Most cell-free DNA studies have been in castration-resistant prostate cancer which is quite challenging in cases of low tumor burden such as oligomets. But I do think understanding resistance patterns will be quite interesting in the setting of oligometastatic and oligo-progressive disease. Just to illustrate this point, these are two patients. These are CRPC patients. On the left is a patient with … Data from a patient with bone only mets rising PSA. Each column is a time point, a cell free DNA time point. And you can see that the genomic alterations differ with time points. What this suggests is different clones in the circulation with potentially different competing frequencies or clonal competition. On the right you can see that patient, every single time point looks nearly identical suggesting dominance of a certain clone that may be driving progression in that case. And so understanding this in this setting of oligomets will be again, I think quite informative.

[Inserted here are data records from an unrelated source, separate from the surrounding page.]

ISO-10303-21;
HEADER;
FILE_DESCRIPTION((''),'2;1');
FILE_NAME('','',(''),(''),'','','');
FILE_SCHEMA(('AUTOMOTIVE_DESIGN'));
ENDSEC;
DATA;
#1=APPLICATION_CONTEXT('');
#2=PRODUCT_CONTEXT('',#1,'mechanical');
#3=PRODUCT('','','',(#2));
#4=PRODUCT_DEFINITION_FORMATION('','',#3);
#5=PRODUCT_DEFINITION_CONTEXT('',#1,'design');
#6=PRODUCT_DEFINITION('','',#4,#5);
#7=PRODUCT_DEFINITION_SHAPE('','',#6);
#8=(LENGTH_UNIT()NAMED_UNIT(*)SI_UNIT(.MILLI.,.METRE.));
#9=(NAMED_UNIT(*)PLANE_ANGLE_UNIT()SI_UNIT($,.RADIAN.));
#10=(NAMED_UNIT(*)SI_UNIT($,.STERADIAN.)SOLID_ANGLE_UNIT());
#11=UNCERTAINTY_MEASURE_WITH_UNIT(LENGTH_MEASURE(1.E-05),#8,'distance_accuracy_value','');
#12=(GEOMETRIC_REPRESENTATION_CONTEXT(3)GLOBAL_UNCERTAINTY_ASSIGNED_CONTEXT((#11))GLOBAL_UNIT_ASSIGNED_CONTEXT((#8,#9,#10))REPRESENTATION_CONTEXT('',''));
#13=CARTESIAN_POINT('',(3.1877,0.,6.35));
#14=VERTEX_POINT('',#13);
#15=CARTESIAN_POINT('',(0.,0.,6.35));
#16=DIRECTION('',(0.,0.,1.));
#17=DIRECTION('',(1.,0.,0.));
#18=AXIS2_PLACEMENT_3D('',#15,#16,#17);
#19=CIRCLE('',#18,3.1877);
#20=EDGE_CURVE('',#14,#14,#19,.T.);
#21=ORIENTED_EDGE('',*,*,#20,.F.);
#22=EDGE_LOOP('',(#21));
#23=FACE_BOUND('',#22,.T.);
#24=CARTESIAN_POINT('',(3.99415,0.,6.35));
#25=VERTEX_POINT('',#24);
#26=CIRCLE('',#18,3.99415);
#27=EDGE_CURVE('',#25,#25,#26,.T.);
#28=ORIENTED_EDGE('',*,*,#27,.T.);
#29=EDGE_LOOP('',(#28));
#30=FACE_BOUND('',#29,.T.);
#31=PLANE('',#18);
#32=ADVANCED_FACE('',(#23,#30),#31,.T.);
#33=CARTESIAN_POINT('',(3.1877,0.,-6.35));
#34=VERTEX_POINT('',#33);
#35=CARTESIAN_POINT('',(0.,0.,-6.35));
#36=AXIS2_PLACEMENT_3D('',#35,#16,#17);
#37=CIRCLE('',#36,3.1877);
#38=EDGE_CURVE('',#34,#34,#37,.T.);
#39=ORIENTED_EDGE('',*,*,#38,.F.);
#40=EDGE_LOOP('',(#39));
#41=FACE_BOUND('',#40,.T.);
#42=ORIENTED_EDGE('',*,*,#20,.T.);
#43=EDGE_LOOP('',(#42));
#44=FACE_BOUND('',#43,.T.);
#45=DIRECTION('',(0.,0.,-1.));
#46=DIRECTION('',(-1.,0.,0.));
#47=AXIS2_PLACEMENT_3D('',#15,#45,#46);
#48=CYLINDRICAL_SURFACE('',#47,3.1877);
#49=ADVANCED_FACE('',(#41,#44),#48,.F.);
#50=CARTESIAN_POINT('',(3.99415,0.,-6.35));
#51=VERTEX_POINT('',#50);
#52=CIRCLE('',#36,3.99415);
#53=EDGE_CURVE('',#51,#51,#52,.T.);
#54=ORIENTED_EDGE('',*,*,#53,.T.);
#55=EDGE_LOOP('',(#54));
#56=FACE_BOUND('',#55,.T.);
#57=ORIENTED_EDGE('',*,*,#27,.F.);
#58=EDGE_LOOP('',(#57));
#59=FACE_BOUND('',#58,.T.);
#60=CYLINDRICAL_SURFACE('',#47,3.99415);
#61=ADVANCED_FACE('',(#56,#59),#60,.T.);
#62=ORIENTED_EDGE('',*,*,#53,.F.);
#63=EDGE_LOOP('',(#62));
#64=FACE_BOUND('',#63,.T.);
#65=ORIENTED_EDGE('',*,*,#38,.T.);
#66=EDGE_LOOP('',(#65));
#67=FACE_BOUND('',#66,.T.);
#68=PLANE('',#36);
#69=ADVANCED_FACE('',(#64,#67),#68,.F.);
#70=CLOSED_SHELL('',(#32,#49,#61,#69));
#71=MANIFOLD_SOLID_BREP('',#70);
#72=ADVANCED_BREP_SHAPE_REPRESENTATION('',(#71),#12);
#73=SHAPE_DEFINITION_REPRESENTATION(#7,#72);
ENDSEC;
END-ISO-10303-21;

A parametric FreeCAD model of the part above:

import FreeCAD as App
import Part
import Sketcher

V = App.Vector
Q = App.Units.Quantity

doc = App.newDocument("Part")
body = doc.addObject("PartDesign::Body", "Body")

# Sketch on XY plane
sketch1 = doc.addObject("Sketcher::SketchObject", "Sketch")
body.addObject(sketch1)
sketch1.AttachmentSupport = (doc.XY_Plane, [""])
sketch1.MapMode = "FlatFace"
sketch1.addGeometry([
    Part.Circle(V(0, 0, 0), V(0, 0, 1), 3.99415),
    Part.Circle(V(0, 0, 0), V(0, 0, 1), 3.1877),
], False)
sketch1.addConstraint([
    Sketcher.Constraint("Coincident", 0, 3, -1, 1),
    Sketcher.Constraint("Coincident", 1, 3, -1, 1),
    Sketcher.Constraint("Diameter", 1, Q("0.251 in")),
    Sketcher.Constraint("Diameter", 0, Q("0.3145 in")),
])
pad1 = doc.addObject("PartDesign::Pad", "Pad")
body.addObject(pad1)
pad1.Profile = sketch1
pad1.Length = Q("0.5 in")
pad1.Midplane = True

doc.recompute()
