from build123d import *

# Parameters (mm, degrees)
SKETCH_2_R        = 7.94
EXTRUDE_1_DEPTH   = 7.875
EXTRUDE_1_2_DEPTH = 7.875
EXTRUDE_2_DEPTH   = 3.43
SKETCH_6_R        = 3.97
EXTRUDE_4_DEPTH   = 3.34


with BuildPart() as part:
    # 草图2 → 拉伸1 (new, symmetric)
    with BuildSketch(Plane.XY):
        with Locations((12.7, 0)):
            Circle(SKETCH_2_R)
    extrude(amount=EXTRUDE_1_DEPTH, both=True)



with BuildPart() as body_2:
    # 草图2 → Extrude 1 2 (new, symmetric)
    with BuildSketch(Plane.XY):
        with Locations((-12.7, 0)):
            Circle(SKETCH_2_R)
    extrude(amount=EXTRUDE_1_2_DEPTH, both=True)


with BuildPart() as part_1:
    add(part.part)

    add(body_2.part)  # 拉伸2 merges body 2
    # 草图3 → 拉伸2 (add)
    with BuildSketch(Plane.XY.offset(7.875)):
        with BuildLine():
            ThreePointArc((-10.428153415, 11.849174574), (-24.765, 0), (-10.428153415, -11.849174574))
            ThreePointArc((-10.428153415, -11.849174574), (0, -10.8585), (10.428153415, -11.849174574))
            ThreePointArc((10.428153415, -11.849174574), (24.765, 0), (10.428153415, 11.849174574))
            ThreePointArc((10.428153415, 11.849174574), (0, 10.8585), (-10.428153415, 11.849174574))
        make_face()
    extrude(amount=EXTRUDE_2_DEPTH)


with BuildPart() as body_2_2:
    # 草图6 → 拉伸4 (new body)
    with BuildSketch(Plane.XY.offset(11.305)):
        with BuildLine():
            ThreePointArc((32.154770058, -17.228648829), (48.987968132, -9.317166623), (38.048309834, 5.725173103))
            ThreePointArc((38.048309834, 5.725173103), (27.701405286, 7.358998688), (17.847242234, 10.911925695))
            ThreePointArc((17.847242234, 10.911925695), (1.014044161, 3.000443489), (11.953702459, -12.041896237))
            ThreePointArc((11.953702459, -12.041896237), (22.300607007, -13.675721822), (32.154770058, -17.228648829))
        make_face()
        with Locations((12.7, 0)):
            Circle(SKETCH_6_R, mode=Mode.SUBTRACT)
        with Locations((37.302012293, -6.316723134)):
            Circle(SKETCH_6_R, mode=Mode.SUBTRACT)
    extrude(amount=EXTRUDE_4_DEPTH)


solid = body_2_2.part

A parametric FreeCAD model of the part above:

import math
import FreeCAD as App
import Part
import Sketcher

V = App.Vector
Q = App.Units.Quantity

doc = App.newDocument("Part")
body = doc.addObject("PartDesign::Body", "Body")

sketch1 = body.newObject("Sketcher::SketchObject", "Sketch")
sketch1.AttachmentSupport = (doc.getObject("XY_Plane"), [""])
sketch1.MapMode = "FlatFace"
sketch1.addGeometry(Part.Circle(V(12.7, 0, 0), V(0, 0, 1), 7.94), False)
sketch1.addConstraint([
    Sketcher.Constraint("PointOnObject", 0, 3, -1),
    Sketcher.Constraint("DistanceX", -1, 1, 0, 3, Q("0.5 in")),
    Sketcher.Constraint("Diameter", 0, 15.88),
])
pad1 = body.newObject("PartDesign::Pad", "Pad")
pad1.Profile = sketch1
pad1.Length = 15.75
pad1.Midplane = True
body2 = doc.addObject("PartDesign::Body", "Body001")

sketch2 = body2.newObject("Sketcher::SketchObject", "Sketch001")
sketch2.AttachmentSupport = (doc.getObject("XY_Plane001"), [""])
sketch2.MapMode = "FlatFace"
sketch2.addGeometry(Part.Circle(V(-12.7, 0, 0), V(0, 0, 1), 7.94), False)
sketch2.addConstraint([
    Sketcher.Constraint("PointOnObject", 0, 3, -1),
    Sketcher.Constraint("DistanceX", 0, 3, -1, 1, Q("0.5 in")),
    Sketcher.Constraint("Diameter", 0, 15.88),
])
pad2 = body2.newObject("PartDesign::Pad", "Pad001")
pad2.Profile = sketch2
pad2.Length = 15.75
pad2.Midplane = True
body.AllowCompound = True
doc.recompute()

boolean = body.newObject("PartDesign::Boolean", "Boolean")
boolean.Type = "Fuse"
boolean.addObjects([body2])

sketch3 = body.newObject("Sketcher::SketchObject", "Sketch002")
sketch3.AttachmentSupport = (doc.getObject("XY_Plane"), [""])
sketch3.MapMode = "FlatFace"
sketch3.AttachmentOffset = App.Placement(V(0, 0, 7.875), App.Rotation())
sketch3.addGeometry([
    Part.ArcOfCircle(Part.Circle(V(-12.7, 0, 0), V(0, 0, 1), 12.065), math.radians(79.146375), math.radians(280.853625)),
    Part.ArcOfCircle(Part.Circle(V(0, -66.238855, 0), V(0, 0, 1), 55.380355), math.radians(79.146375), math.radians(100.853625)),
    Part.ArcOfCircle(Part.Circle(V(12.7, 0, 0), V(0, 0, 1), 12.065), math.radians(-100.853625), math.radians(100.853625)),
    Part.ArcOfCircle(Part.Circle(V(0, 66.238855, 0), V(0, 0, 1), 55.380355), math.radians(-100.853625), math.radians(-79.146375)),
], False)
sketch3.addConstraint([
    Sketcher.Constraint("Tangent", 0, 2, 1, 2),
    Sketcher.Constraint("Tangent", 1, 1, 2, 1),
    Sketcher.Constraint("Tangent", 2, 2, 3, 2),
    Sketcher.Constraint("Tangent", 3, 1, 0, 1),
    Sketcher.Constraint("Equal", 0, 2),
    Sketcher.Constraint("Equal", 1, 3),
    Sketcher.Constraint("Symmetric", 0, 3, 2, 3, -1, 1),
    Sketcher.Constraint("PointOnObject", 0, 3, -1),
    Sketcher.Constraint("Radius", 0, Q("0.475 in")),
    Sketcher.Constraint("DistanceX", 0, 3, 2, 3, Q("1 in")),
    Sketcher.Constraint("Radius", 1, 55.380355),
])
pad3 = body.newObject("PartDesign::Pad", "Pad002")
pad3.Profile = sketch3
pad3.Length = 3.43
body3 = doc.addObject("PartDesign::Body", "Body002")

sketch4 = body3.newObject("Sketcher::SketchObject", "Sketch003")
sketch4.AttachmentSupport = (doc.getObject("XY_Plane002"), [""])
sketch4.MapMode = "FlatFace"
sketch4.AttachmentOffset = App.Placement(V(0, 0, 11.305), App.Rotation())
sketch4.addGeometry([
    Part.ArcOfCircle(Part.Circle(V(37.302012, -6.316723, 0), V(0, 0, 1), 12.065), math.radians(-115.253625), math.radians(86.453625)),
    Part.ArcOfCircle(Part.Circle(V(41.47394, 60.999478, 0), V(0, 0, 1), 55.380355), math.radians(-115.253625), math.radians(-93.546375)),
    Part.ArcOfCircle(Part.Circle(V(12.7, 0, 0), V(0, 0, 1), 12.065), math.radians(64.746375), math.radians(266.453625)),
    Part.ArcOfCircle(Part.Circle(V(8.528073, -67.316201, 0), V(0, 0, 1), 55.380355), math.radians(64.746375), math.radians(86.453625)),
    Part.Circle(V(37.302012, -6.316723, 0), V(0, 0, 1), 3.97),
    Part.Circle(V(12.7, 0, 0), V(0, 0, 1), 3.97),
], False)
sketch4.addConstraint([
    Sketcher.Constraint("Tangent", 0, 2, 1, 2),
    Sketcher.Constraint("Tangent", 1, 1, 2, 1),
    Sketcher.Constraint("Tangent", 2, 2, 3, 2),
    Sketcher.Constraint("Tangent", 3, 1, 0, 1),
    Sketcher.Constraint("Coincident", 4, 3, 0, 3),
    Sketcher.Constraint("Coincident", 5, 3, 2, 3),
    Sketcher.Constraint("Equal", 0, 2),
    Sketcher.Constraint("Equal", 1, 3),
    Sketcher.Constraint("Equal", 4, 5),
    Sketcher.Constraint("PointOnObject", 2, 3, -1),
    Sketcher.Constraint("Radius", 0, Q("0.475 in")),
    Sketcher.Constraint("DistanceX", -1, 1, 2, 3, Q("0.5 in")),
    Sketcher.Constraint("Diameter", 4, 7.94),
    Sketcher.Constraint("Radius", 1, 55.380355),
    Sketcher.Constraint("DistanceY", 3, 3, -1, 1, 67.316201),
    Sketcher.Constraint("DistanceX", -1, 1, 1, 3, 41.47394),
])
pad4 = body3.newObject("PartDesign::Pad", "Pad003")
pad4.Profile = sketch4
pad4.Length = 3.34
body.Visibility = False

doc.recompute()
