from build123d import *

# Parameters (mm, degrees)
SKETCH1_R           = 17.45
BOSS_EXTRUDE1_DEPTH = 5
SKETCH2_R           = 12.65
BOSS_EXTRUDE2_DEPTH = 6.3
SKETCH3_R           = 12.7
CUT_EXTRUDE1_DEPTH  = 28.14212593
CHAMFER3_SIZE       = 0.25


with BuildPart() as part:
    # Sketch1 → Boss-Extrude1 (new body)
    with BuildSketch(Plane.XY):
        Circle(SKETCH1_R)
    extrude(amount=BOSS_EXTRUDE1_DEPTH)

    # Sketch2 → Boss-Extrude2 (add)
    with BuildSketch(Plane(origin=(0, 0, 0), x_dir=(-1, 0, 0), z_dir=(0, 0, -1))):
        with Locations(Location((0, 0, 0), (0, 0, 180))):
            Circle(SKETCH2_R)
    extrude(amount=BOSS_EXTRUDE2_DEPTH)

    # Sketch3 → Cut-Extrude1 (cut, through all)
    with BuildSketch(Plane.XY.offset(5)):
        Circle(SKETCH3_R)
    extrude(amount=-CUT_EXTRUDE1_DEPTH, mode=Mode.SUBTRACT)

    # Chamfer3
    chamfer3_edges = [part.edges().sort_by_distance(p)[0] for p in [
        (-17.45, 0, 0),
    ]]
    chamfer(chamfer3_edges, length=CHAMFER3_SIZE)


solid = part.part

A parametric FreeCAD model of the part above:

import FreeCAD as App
import Part
import Sketcher


def edges_at(feature, points):
    """Names of the edges that pass closest to the given points."""
    edges = feature.Shape.Edges
    near = lambda p: min(range(len(edges)), key=lambda i: edges[i].distToShape(Part.Vertex(*p))[0])
    return sorted({f"Edge{near(p) + 1}" for p in points})

doc = App.newDocument("Part")
params = doc.addObject("Spreadsheet::Sheet", "Params")
for row, (alias, value) in enumerate([
    ("sketch1_diameter", "34.9 mm"),
    ("pad1_length", "5 mm"),
    ("sketch2_diameter", "25.3 mm"),
    ("pad2_length", "6.3 mm"),
    ("sketch3_diameter", "25.4 mm"),
    ("chamfer_size", "0.25 mm"),
], start=1):
    params.set(f"A{row}", alias)
    params.set(f"B{row}", "=" + value)
    params.setAlias(f"B{row}", alias)

body = doc.addObject("PartDesign::Body", "Body")

sketch1 = doc.addObject("Sketcher::SketchObject", "Sketch")
body.addObject(sketch1)
sketch1.AttachmentSupport = (doc.XY_Plane, [""])
sketch1.MapMode = "FlatFace"
sketch1.addGeometry(Part.Circle(App.Vector(0, 0, 0), App.Vector(0, 0, 1), 17.45), False)
sketch1.addConstraint([
    Sketcher.Constraint("Coincident", 0, 3, -1, 1),
    Sketcher.Constraint("Diameter", 0, 34.9),
])
sketch1.setExpression("Constraints[1]", "Params.sketch1_diameter")
pad1 = doc.addObject("PartDesign::Pad", "Pad")
body.addObject(pad1)
pad1.Profile = sketch1
pad1.setExpression("Length", "Params.pad1_length")

sketch2 = doc.addObject("Sketcher::SketchObject", "Sketch001")
body.addObject(sketch2)
sketch2.AttachmentSupport = (doc.XY_Plane, [""])
sketch2.MapMode = "FlatFace"
sketch2.addGeometry(Part.Circle(App.Vector(0, 0, 0), App.Vector(0, 0, 1), 12.65), False)
sketch2.addConstraint([
    Sketcher.Constraint("Coincident", 0, 3, -1, 1),
    Sketcher.Constraint("Diameter", 0, 25.3),
])
sketch2.setExpression("Constraints[1]", "Params.sketch2_diameter")
pad2 = doc.addObject("PartDesign::Pad", "Pad001")
body.addObject(pad2)
pad2.Profile = sketch2
pad2.setExpression("Length", "Params.pad2_length")
pad2.Reversed = True

sketch3 = doc.addObject("Sketcher::SketchObject", "Sketch002")
body.addObject(sketch3)
sketch3.AttachmentSupport = (doc.XY_Plane, [""])
sketch3.MapMode = "FlatFace"
sketch3.AttachmentOffset = App.Placement(App.Vector(0, 0, 5), App.Rotation())
sketch3.addGeometry(Part.Circle(App.Vector(0, 0, 0), App.Vector(0, 0, 1), 12.7), False)
sketch3.addConstraint([
    Sketcher.Constraint("Coincident", 0, 3, -1, 1),
    Sketcher.Constraint("Diameter", 0, 25.4),
])
sketch3.setExpression("Constraints[1]", "Params.sketch3_diameter")
pocket1 = doc.addObject("PartDesign::Pocket", "Pocket")
body.addObject(pocket1)
pocket1.Profile = sketch3
pocket1.Type = "ThroughAll"
doc.recompute()

chamfer = doc.addObject("PartDesign::Chamfer", "Chamfer")
body.addObject(chamfer)
chamfer.Base = (pocket1, edges_at(pocket1, [(-17.45, 0, 0)]))
chamfer.setExpression("Size", "Params.chamfer_size")

doc.recompute()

Circulating tumor cells can also capture phenotypic heterogeneity resistance mechanisms. And also lends a capability for single cell genomics to detect the emergence of clones and sub-clones. In two years we will also have more data on how we have altered the natural history of oligometastatic prostate cancer with our treatments. What happens, do they develop more mets? Do they develop widespread systemic disease? And was this impacted by our local or focal therapy? And understanding these progression patterns will help us further refine our biologic definitions. So I’m looking forward to the next APCCC in two years and hearing about all the defined clinical definitions, and nominated biomarkers. But I think we still have a lot of work to do as a field. The molecular tools do exist that can help us capture biologic subsets and tumor evolution patterns. But we need to study this and we need to test them in our clinical trials. And this will ultimately lead to better biomarkers and improved patient selection. Thank you.